= Alkonost =

Mythical bird from Russian folklore

Ivan Bilibin's Alkonost

The Alkonost (Алконост) is a legendary woman-headed bird in Russian folklore, related to the Sirin.

== Origins and name ==
It possibly originated from Xrafstar in Persian folklore.

==Description==
The Alkonost is often seen as the foil to another bird woman, the Sirin. They are consistently depicted together. The Alkonost often symbolizes positive things like happiness and paradise, while the Sirin tends to symbolize negative forces like natural disasters and misfortune. Both creatures are associated with foretelling or causing death. The Alkonost, along with many other mythological bird human hybrids, is said to live in Rai, where the dead live.

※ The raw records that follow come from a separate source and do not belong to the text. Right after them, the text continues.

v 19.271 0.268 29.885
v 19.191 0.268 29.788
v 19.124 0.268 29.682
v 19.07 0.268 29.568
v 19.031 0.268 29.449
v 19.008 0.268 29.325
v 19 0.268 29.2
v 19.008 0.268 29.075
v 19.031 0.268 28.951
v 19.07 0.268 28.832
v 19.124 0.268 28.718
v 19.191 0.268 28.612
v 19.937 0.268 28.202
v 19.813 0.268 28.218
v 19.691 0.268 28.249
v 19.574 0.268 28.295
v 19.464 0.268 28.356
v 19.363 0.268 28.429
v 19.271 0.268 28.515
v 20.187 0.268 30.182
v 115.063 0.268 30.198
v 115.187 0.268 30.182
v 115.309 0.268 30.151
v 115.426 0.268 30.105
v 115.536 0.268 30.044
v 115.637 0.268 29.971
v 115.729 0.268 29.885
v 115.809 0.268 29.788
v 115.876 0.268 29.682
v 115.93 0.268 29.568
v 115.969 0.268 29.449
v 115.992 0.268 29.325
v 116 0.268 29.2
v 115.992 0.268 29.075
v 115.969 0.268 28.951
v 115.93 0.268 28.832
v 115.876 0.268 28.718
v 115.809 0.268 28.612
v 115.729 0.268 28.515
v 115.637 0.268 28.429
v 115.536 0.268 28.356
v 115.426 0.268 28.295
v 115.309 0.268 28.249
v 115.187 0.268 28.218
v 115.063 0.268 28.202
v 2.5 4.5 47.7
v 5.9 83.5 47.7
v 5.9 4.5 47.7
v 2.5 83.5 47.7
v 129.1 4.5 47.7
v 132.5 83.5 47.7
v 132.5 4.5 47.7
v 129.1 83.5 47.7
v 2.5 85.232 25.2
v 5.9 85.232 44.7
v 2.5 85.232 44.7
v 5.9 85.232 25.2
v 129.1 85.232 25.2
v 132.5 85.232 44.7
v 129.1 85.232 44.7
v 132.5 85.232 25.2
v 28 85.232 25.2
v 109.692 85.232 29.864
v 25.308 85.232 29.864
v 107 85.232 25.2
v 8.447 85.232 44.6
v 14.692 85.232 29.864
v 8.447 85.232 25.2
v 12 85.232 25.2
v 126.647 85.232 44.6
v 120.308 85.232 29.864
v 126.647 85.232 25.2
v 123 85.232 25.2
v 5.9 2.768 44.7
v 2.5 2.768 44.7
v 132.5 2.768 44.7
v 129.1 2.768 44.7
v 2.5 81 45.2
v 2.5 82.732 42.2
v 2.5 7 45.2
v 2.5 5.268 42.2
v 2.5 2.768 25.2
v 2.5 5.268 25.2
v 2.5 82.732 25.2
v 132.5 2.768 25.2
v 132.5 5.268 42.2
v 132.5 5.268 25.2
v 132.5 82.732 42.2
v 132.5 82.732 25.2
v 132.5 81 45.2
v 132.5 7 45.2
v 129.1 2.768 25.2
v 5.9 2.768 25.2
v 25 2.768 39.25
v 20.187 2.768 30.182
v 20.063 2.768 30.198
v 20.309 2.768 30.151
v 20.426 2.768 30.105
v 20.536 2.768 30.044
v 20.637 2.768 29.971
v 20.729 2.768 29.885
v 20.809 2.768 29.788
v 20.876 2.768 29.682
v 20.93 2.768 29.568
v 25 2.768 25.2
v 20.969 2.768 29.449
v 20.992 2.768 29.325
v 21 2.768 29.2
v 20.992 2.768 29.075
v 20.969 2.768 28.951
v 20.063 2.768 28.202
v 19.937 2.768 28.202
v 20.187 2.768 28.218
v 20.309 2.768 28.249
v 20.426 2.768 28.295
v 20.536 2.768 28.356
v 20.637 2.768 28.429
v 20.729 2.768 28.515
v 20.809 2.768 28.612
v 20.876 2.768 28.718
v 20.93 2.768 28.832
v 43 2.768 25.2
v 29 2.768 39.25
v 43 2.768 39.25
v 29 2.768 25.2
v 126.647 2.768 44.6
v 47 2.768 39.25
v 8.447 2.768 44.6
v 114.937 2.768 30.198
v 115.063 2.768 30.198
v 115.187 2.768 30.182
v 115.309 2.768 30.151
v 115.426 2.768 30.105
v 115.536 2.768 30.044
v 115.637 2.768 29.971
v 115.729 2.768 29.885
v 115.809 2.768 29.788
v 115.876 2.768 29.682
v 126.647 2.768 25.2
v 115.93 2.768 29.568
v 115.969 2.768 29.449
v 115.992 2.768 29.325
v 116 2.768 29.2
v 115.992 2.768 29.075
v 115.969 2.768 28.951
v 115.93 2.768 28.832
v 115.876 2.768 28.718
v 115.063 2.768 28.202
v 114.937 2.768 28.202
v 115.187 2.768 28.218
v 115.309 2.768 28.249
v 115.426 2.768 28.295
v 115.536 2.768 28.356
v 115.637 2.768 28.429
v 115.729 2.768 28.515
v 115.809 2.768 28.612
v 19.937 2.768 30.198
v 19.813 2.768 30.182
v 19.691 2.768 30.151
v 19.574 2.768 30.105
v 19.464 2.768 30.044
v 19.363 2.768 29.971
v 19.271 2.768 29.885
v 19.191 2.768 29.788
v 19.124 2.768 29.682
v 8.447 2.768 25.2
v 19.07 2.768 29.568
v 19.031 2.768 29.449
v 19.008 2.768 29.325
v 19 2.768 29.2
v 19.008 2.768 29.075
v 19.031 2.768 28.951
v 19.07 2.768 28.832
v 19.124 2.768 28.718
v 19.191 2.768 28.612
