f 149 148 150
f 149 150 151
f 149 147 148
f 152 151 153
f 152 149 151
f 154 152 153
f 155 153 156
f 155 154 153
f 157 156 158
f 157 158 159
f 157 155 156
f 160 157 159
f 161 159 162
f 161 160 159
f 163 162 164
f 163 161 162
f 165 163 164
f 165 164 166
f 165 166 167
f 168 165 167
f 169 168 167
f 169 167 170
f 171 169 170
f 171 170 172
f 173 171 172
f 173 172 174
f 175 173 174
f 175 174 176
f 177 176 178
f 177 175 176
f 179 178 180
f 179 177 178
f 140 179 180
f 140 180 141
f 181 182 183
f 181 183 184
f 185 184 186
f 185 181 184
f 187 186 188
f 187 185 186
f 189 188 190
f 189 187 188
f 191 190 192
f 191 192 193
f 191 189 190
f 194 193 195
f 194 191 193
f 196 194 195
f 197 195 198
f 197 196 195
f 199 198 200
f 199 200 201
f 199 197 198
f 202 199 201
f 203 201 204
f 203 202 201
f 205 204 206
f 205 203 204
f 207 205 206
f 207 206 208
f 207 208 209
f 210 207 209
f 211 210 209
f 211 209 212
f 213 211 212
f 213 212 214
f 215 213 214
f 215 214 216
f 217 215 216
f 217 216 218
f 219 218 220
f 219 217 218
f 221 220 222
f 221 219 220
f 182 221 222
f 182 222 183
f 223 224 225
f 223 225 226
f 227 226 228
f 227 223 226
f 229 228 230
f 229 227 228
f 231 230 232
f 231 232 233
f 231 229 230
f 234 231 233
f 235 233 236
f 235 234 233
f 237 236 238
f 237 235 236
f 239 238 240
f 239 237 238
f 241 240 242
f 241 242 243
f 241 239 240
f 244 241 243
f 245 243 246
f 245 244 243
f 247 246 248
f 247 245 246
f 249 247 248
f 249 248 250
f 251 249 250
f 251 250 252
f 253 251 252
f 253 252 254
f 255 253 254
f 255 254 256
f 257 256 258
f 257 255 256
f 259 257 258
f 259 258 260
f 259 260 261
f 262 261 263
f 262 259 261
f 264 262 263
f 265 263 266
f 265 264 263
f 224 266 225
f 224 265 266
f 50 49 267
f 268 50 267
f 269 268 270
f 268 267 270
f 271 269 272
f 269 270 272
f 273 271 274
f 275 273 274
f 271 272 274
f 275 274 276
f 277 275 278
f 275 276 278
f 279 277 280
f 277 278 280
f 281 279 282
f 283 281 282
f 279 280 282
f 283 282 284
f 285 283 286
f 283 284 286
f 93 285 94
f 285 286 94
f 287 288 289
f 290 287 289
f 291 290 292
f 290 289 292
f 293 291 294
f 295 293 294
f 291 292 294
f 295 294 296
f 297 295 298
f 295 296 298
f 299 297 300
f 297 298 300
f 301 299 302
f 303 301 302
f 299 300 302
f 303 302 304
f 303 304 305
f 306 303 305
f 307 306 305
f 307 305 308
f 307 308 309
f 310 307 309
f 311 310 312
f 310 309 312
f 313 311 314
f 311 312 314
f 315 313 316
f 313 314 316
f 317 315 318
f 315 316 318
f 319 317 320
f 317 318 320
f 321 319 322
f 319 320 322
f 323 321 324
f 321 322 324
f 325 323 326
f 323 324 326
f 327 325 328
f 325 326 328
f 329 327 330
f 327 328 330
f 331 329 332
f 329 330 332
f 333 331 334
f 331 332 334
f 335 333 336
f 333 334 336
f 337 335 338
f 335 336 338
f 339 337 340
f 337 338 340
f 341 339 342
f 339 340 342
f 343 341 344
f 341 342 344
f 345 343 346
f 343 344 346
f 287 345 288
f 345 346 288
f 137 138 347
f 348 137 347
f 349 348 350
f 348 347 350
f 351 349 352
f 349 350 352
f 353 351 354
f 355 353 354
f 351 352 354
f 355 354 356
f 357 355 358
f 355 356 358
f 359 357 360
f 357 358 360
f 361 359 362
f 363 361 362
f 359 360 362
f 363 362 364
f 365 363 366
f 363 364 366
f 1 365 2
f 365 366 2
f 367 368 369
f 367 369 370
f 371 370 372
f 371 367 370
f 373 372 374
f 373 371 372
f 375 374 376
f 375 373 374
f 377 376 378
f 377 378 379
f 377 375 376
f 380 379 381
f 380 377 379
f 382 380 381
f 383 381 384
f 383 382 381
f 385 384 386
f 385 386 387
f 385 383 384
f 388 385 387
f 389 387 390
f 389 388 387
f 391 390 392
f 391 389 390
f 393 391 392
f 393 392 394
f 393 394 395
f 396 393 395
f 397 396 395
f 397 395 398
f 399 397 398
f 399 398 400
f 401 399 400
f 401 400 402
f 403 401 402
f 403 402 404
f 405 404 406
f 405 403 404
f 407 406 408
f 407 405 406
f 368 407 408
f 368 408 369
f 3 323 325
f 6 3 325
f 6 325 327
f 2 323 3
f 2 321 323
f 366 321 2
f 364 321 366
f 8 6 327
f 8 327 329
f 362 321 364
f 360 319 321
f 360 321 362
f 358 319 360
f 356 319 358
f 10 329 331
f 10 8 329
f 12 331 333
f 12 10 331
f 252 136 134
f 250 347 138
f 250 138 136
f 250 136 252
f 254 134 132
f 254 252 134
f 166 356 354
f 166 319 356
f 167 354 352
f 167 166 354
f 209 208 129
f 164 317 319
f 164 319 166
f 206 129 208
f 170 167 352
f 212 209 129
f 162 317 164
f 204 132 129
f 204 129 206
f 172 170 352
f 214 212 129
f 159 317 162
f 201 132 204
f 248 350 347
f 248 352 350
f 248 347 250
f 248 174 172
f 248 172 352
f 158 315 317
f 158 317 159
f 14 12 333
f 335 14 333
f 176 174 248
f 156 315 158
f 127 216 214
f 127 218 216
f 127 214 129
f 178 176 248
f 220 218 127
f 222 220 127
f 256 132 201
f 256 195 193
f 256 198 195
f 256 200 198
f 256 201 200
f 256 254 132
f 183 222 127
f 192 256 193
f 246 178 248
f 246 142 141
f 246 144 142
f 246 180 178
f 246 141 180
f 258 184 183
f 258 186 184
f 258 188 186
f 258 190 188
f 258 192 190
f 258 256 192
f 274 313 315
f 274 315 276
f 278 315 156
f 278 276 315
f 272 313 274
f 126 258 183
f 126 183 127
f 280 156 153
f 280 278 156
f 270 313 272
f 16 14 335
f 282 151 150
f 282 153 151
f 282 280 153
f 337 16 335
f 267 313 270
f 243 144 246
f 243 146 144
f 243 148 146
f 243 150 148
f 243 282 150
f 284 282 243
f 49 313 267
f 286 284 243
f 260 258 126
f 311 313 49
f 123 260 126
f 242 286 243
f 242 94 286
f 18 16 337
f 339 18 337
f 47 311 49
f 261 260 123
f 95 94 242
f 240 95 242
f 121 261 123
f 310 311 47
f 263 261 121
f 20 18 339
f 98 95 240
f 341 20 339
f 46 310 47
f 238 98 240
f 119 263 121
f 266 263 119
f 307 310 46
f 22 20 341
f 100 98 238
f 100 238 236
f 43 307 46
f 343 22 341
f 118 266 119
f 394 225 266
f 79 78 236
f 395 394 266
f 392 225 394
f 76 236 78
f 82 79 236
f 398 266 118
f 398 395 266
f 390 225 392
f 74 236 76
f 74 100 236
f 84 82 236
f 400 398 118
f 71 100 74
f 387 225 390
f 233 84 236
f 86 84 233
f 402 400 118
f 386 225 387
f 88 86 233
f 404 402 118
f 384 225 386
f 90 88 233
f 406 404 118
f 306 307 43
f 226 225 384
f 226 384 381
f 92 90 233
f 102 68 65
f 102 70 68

The Alkonost sings beautiful songs, and those who hear these songs forget everything they know and want nothing more ever again. The Alkonost lays her eggs on a beach and then rolls them into the sea. During the time when the eggs are in the ocean, there are no storms or disasters. However, when the eggs hatch, the hatching causes very violent storms.

The Alkonost became a popular figure when Christianity was introduced in Russia, as the Alkonost was believed to be a messenger from God meant to take away the pain of hardship. Alternately, the Alkonost was used to represent the human soul ascending to Heaven.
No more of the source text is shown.